> _EXERCISE_:
Below are some records. Return exactly the lines from the one with "#62=LINE('',#60,#25);" to the one with "#73=PLANE('',#72);", and nothing else.
[Start of Attachment]
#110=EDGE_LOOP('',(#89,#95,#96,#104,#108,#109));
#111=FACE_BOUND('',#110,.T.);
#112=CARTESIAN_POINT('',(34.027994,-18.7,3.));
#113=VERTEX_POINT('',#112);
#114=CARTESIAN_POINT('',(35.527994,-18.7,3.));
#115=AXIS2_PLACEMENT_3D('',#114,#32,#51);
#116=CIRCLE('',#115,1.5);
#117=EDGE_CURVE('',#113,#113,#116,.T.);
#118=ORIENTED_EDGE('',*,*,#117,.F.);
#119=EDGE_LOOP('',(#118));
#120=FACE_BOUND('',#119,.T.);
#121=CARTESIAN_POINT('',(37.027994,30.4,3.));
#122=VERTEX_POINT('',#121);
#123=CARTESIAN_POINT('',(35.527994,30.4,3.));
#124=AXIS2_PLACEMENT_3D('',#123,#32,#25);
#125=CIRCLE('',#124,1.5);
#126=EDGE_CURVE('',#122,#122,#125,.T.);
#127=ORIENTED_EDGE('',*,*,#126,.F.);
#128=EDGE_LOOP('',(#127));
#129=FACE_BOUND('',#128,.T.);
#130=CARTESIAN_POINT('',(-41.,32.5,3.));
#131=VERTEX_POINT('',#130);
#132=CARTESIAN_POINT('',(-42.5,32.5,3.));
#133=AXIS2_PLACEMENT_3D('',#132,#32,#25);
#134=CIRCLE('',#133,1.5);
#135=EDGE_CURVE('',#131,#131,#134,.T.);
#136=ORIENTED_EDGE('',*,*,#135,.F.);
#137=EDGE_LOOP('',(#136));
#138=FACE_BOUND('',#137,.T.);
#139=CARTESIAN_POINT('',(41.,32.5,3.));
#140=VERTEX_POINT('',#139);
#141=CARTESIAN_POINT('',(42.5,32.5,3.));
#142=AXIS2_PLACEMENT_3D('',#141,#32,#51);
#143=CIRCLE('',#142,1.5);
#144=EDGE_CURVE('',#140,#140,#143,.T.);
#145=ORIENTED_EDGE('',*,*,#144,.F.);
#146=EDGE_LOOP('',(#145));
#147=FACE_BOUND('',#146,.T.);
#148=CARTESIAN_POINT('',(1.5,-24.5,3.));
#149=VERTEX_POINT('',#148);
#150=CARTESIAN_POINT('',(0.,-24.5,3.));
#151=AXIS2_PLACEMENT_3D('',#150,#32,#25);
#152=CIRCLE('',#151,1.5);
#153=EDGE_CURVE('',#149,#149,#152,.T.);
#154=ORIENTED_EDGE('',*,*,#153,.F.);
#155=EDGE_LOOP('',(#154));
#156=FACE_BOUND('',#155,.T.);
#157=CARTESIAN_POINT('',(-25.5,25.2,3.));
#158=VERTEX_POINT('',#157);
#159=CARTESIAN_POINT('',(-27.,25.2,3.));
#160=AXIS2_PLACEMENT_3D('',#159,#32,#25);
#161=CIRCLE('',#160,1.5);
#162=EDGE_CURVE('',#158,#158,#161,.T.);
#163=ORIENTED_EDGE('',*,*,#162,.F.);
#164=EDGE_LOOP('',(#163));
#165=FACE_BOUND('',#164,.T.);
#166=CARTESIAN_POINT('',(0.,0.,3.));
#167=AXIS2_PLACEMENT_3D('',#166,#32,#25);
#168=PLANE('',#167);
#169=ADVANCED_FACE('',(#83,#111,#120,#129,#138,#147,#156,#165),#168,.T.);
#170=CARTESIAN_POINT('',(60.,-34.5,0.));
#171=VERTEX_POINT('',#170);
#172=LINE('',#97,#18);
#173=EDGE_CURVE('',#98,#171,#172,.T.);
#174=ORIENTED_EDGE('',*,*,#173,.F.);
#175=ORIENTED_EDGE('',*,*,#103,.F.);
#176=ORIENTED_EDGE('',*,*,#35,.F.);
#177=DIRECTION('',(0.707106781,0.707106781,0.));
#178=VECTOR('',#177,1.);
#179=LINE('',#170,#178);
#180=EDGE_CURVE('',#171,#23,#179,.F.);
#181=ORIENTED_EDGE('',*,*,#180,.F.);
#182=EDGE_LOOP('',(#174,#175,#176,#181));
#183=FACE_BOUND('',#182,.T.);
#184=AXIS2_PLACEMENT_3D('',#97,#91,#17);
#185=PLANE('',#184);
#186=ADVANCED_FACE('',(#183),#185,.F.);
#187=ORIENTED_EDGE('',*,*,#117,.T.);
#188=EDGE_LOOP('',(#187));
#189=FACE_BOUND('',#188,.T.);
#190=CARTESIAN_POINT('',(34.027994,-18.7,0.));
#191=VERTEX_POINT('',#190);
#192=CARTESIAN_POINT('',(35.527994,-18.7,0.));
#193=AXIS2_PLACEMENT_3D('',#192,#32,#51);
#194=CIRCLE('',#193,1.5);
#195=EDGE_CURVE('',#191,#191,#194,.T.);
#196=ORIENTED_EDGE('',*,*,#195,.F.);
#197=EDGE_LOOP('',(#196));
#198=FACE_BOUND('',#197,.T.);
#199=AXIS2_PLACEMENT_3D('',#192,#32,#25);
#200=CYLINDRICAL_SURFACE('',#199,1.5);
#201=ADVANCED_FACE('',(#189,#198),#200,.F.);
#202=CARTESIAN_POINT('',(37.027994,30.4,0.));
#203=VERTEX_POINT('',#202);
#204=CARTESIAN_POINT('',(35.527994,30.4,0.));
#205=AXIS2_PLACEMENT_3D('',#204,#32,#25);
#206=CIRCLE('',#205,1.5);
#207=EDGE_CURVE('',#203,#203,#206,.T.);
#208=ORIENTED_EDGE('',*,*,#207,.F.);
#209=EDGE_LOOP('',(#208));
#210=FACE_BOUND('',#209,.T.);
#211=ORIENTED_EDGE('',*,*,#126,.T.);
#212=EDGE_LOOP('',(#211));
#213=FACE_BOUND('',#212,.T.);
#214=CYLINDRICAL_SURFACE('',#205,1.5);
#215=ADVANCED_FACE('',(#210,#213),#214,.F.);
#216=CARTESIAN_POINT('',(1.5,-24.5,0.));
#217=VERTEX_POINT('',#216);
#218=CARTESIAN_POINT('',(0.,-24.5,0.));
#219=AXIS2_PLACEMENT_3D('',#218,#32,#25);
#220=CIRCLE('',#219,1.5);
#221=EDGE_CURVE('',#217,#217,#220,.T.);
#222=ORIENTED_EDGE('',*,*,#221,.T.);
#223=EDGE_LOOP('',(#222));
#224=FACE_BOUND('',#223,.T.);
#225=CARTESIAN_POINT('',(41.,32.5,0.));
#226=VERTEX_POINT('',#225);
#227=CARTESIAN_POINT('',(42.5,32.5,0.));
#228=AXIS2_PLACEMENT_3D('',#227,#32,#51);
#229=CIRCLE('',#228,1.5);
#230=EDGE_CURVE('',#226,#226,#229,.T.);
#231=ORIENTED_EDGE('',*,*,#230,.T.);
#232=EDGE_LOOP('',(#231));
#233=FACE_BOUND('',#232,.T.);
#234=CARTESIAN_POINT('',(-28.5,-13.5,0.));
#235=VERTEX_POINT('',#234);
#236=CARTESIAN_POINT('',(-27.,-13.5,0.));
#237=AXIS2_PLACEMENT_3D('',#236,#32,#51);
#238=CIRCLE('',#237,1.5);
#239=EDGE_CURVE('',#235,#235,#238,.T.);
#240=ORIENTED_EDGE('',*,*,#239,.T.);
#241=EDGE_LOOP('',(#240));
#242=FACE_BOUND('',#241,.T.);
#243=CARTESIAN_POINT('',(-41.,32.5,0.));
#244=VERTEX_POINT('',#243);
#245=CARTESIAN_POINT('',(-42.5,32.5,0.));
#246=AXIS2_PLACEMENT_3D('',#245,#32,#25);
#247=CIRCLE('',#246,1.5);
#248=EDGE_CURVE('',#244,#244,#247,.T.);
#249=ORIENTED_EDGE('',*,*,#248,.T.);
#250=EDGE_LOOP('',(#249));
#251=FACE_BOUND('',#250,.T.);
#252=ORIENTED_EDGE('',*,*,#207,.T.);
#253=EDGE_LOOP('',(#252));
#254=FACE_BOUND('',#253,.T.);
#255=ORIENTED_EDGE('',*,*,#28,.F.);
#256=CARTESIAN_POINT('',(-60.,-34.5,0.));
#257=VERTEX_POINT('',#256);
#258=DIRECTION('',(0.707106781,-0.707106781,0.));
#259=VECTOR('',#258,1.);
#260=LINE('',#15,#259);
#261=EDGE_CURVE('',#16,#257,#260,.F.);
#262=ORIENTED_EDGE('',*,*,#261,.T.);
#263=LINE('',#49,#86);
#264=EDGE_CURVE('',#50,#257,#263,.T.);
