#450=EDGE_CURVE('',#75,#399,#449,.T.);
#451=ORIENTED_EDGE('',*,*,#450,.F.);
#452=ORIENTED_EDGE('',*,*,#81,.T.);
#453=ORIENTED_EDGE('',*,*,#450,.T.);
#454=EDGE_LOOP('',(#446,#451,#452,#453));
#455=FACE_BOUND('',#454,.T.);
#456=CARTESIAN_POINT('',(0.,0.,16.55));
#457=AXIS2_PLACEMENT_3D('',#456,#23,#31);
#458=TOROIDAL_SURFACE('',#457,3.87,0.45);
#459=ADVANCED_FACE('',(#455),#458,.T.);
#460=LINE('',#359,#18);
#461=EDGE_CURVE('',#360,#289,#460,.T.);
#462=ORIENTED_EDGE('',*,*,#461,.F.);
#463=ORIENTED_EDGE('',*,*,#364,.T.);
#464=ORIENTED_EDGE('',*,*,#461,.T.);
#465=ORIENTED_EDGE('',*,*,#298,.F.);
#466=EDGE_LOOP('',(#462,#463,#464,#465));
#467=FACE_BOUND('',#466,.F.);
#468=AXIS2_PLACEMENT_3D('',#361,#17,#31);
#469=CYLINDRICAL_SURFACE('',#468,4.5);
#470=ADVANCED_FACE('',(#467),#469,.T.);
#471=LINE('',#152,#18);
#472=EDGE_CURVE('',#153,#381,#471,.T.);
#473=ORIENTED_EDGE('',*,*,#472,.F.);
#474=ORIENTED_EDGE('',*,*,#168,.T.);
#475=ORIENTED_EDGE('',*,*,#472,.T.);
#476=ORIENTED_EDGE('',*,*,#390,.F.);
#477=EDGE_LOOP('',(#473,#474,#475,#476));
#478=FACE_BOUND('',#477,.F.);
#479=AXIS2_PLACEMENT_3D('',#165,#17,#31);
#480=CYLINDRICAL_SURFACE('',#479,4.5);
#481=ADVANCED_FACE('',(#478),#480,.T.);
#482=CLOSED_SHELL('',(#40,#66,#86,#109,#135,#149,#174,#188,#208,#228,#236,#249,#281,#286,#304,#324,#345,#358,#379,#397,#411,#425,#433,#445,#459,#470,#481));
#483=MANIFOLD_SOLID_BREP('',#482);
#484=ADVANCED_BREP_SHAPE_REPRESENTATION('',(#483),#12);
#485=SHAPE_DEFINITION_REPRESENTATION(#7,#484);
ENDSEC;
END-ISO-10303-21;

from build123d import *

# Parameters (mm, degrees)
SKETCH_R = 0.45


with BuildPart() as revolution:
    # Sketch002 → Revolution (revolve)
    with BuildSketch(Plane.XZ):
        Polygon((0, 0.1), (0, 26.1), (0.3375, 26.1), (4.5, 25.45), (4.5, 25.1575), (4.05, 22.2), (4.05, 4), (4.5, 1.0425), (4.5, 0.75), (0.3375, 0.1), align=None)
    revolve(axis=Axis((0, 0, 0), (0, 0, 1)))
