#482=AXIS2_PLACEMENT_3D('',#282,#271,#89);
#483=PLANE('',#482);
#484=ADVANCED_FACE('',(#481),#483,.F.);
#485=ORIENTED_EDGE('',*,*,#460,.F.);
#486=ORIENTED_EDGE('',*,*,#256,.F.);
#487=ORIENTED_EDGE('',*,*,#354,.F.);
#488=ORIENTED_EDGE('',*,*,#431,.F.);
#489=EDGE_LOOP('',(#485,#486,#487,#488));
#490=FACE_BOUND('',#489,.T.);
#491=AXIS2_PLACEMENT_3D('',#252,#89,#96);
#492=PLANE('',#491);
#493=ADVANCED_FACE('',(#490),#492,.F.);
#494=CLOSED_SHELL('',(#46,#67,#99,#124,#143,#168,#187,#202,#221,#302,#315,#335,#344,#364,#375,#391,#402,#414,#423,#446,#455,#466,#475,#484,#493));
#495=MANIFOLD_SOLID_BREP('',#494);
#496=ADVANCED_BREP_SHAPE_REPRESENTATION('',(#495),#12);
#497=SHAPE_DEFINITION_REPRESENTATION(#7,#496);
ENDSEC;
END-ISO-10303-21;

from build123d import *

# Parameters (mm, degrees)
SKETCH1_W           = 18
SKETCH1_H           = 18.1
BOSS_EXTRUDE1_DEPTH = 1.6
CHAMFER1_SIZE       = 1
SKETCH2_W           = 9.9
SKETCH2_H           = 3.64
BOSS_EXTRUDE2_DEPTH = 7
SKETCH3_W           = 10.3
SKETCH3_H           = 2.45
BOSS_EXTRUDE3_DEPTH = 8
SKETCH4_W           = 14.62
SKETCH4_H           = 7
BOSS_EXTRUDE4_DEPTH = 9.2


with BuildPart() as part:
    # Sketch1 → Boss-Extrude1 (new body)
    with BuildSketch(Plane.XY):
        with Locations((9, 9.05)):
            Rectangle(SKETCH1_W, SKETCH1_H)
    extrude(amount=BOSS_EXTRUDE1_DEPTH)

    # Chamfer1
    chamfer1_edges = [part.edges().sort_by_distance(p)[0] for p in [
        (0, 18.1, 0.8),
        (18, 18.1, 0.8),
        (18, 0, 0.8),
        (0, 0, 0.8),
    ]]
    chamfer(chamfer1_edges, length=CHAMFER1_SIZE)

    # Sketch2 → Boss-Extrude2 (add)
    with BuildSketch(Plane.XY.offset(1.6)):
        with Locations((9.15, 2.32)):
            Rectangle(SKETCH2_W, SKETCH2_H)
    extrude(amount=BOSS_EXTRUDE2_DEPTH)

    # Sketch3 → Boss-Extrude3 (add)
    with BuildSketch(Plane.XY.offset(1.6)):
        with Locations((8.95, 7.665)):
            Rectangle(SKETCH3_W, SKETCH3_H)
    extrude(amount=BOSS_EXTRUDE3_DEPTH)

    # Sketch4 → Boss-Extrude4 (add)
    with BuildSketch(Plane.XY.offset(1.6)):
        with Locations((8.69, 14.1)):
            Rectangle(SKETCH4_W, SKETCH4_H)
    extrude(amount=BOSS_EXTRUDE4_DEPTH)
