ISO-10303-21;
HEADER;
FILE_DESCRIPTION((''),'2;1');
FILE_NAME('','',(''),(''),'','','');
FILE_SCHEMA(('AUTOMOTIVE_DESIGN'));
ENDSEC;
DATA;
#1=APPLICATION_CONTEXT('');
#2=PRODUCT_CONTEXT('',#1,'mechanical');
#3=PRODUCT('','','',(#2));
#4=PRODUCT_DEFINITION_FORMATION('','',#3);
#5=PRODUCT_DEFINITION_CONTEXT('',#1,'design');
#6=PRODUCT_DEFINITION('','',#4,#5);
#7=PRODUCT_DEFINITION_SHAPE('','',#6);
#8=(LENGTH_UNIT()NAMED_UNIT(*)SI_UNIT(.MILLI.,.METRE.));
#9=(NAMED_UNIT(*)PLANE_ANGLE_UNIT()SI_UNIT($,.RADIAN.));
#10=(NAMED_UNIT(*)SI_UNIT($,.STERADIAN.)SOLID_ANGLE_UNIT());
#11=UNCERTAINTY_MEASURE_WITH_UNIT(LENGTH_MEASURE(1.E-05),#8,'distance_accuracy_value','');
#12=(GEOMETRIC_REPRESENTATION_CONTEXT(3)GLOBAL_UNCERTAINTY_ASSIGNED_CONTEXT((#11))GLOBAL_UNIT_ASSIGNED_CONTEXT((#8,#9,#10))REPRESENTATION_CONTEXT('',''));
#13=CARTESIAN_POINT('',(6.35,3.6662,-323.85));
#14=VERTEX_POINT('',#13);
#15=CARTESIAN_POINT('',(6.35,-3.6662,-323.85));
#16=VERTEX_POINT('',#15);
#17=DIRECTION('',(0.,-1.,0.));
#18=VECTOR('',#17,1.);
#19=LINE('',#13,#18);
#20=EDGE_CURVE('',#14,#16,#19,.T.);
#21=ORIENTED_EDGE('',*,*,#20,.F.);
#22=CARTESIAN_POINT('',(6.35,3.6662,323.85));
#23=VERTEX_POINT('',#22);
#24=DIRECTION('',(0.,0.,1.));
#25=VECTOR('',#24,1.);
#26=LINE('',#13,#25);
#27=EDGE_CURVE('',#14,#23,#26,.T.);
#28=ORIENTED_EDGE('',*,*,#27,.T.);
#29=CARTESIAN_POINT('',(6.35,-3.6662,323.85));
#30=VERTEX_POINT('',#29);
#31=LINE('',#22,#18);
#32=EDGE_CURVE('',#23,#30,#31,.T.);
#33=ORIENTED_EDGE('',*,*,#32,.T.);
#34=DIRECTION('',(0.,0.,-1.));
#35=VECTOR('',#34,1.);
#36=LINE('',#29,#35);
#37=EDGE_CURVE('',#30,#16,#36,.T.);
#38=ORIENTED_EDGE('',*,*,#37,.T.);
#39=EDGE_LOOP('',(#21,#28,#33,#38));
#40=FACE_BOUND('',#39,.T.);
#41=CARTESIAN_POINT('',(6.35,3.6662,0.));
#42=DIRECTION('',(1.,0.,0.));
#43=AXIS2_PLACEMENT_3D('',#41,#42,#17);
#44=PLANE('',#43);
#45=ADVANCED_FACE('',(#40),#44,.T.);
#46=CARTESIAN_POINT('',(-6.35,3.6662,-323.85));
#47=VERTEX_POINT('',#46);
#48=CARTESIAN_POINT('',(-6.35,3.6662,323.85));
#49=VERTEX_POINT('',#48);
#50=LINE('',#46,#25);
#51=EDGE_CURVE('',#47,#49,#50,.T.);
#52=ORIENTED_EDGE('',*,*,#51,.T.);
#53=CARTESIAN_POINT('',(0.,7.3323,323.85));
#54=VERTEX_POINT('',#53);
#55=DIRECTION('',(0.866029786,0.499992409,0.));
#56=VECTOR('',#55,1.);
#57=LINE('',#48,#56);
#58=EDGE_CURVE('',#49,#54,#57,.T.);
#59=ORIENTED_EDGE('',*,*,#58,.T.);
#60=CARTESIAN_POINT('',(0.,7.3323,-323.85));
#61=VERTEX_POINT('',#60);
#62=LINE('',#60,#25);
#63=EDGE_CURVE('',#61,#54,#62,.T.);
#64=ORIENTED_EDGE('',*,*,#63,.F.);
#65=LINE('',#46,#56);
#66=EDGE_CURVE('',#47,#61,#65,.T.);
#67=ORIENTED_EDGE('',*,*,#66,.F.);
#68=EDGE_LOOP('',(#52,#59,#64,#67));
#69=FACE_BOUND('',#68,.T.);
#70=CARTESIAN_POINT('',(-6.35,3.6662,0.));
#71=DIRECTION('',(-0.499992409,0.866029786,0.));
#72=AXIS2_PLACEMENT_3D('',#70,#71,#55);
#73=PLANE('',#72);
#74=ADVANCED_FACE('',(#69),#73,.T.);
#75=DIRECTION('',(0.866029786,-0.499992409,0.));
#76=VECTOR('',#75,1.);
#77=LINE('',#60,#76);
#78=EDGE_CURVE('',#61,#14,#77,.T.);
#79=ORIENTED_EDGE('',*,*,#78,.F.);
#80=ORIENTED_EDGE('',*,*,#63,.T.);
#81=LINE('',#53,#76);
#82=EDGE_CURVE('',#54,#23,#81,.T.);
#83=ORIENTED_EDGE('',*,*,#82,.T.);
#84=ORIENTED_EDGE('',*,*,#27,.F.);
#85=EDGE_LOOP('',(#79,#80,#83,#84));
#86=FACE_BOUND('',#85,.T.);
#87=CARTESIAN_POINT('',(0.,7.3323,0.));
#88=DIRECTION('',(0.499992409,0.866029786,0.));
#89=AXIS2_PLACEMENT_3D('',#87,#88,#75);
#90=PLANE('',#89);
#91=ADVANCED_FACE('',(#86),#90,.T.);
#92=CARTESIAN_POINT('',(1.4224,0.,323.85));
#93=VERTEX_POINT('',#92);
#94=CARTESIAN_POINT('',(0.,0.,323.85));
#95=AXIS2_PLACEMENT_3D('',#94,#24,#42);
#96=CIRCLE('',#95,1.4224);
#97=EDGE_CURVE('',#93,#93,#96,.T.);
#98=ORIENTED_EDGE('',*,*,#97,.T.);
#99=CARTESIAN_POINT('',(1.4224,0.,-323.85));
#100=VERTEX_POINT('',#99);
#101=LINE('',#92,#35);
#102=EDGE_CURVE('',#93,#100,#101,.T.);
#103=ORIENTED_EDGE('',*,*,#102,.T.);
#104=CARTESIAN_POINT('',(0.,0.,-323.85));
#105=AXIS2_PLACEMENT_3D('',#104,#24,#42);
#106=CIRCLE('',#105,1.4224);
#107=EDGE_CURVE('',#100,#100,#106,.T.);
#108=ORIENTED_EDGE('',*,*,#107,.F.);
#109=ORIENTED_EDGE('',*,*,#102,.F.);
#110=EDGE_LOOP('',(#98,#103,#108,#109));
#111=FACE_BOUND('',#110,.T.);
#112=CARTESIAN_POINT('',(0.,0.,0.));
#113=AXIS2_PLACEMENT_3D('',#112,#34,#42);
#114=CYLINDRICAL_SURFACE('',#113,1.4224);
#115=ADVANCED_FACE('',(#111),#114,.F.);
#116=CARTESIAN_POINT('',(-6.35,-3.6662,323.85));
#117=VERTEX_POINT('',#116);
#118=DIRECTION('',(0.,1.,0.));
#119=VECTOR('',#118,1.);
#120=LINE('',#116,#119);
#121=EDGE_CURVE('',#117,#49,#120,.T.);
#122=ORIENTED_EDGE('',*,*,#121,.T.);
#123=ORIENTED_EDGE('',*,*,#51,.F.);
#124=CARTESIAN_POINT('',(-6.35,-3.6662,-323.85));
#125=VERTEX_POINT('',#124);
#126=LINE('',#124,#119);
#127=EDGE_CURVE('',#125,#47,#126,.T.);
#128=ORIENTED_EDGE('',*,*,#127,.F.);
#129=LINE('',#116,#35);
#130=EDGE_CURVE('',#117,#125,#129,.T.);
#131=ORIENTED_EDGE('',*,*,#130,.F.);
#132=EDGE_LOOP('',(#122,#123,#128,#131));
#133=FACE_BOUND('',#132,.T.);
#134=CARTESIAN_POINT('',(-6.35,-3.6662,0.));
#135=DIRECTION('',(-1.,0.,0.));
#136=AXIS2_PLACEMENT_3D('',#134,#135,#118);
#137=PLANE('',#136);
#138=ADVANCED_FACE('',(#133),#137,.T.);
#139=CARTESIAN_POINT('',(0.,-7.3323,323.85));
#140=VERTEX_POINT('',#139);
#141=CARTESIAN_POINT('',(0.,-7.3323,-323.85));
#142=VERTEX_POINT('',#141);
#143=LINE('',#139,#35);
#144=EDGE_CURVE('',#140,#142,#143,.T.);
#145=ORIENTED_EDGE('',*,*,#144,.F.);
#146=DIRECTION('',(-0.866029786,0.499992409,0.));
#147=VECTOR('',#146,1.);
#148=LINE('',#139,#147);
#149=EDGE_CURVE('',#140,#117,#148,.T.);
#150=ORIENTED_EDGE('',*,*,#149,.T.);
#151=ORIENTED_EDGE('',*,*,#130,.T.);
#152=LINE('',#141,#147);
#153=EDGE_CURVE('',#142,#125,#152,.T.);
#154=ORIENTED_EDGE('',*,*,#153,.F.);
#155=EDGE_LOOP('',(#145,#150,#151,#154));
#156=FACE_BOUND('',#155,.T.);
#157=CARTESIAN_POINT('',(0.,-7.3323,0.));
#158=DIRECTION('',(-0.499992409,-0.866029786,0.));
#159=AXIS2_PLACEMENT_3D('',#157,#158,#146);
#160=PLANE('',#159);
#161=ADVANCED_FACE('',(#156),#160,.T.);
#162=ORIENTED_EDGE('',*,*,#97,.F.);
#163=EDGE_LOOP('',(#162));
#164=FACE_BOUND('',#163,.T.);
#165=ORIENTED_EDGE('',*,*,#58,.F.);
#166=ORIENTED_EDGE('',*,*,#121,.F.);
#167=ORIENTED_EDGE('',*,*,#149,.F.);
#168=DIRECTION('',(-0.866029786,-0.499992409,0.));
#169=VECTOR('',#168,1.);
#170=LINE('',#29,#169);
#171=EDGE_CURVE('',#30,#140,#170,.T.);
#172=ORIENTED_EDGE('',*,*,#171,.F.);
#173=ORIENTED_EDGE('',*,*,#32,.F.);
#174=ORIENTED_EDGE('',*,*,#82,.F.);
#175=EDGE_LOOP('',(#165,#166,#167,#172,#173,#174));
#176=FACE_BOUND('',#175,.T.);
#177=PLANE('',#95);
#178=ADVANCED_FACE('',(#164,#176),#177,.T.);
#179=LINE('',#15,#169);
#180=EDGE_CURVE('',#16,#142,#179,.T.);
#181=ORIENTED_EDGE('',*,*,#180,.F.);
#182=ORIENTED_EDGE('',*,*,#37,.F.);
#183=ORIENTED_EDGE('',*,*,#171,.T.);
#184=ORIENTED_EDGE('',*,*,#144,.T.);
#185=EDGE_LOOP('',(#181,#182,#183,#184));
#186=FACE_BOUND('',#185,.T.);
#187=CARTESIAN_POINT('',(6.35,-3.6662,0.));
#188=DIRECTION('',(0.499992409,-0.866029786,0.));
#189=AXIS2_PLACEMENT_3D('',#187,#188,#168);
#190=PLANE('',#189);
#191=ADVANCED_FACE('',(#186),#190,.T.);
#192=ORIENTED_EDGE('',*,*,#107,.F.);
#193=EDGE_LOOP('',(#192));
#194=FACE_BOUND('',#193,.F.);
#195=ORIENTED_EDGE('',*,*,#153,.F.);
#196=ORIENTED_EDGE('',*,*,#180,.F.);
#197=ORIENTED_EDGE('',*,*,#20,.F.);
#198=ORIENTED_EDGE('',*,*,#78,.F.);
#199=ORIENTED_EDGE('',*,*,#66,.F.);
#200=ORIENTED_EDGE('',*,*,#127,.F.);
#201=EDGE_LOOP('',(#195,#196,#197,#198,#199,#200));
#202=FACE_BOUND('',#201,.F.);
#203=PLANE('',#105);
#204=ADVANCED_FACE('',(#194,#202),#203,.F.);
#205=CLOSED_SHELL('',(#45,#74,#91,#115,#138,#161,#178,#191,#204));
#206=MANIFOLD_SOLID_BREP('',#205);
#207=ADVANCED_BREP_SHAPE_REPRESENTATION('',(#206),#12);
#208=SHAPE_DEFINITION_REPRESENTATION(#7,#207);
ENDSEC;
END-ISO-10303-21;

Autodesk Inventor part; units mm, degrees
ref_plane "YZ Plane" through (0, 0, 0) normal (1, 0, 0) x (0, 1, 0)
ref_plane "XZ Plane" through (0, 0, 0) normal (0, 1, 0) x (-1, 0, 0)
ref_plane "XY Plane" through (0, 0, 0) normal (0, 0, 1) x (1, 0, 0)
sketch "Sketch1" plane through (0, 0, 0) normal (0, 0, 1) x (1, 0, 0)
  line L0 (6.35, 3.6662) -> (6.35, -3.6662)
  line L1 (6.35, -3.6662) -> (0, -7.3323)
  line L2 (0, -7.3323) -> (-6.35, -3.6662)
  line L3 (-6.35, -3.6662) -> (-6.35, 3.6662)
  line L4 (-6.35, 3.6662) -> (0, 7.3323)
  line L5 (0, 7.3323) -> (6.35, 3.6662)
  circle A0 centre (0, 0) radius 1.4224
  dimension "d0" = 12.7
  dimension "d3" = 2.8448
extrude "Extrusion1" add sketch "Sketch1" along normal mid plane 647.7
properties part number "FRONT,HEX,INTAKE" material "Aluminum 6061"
[End of Attachment]
> _ANSWER SECTION_:
#62=LINE('',#60,#25);
#63=EDGE_CURVE('',#61,#54,#62,.T.);
#64=ORIENTED_EDGE('',*,*,#63,.F.);
#65=LINE('',#46,#56);
#66=EDGE_CURVE('',#47,#61,#65,.T.);
#67=ORIENTED_EDGE('',*,*,#66,.F.);
#68=EDGE_LOOP('',(#52,#59,#64,#67));
#69=FACE_BOUND('',#68,.T.);
#70=CARTESIAN_POINT('',(-6.35,3.6662,0.));
#71=DIRECTION('',(-0.499992409,0.866029786,0.));
#72=AXIS2_PLACEMENT_3D('',#70,#71,#55);
#73=PLANE('',#72);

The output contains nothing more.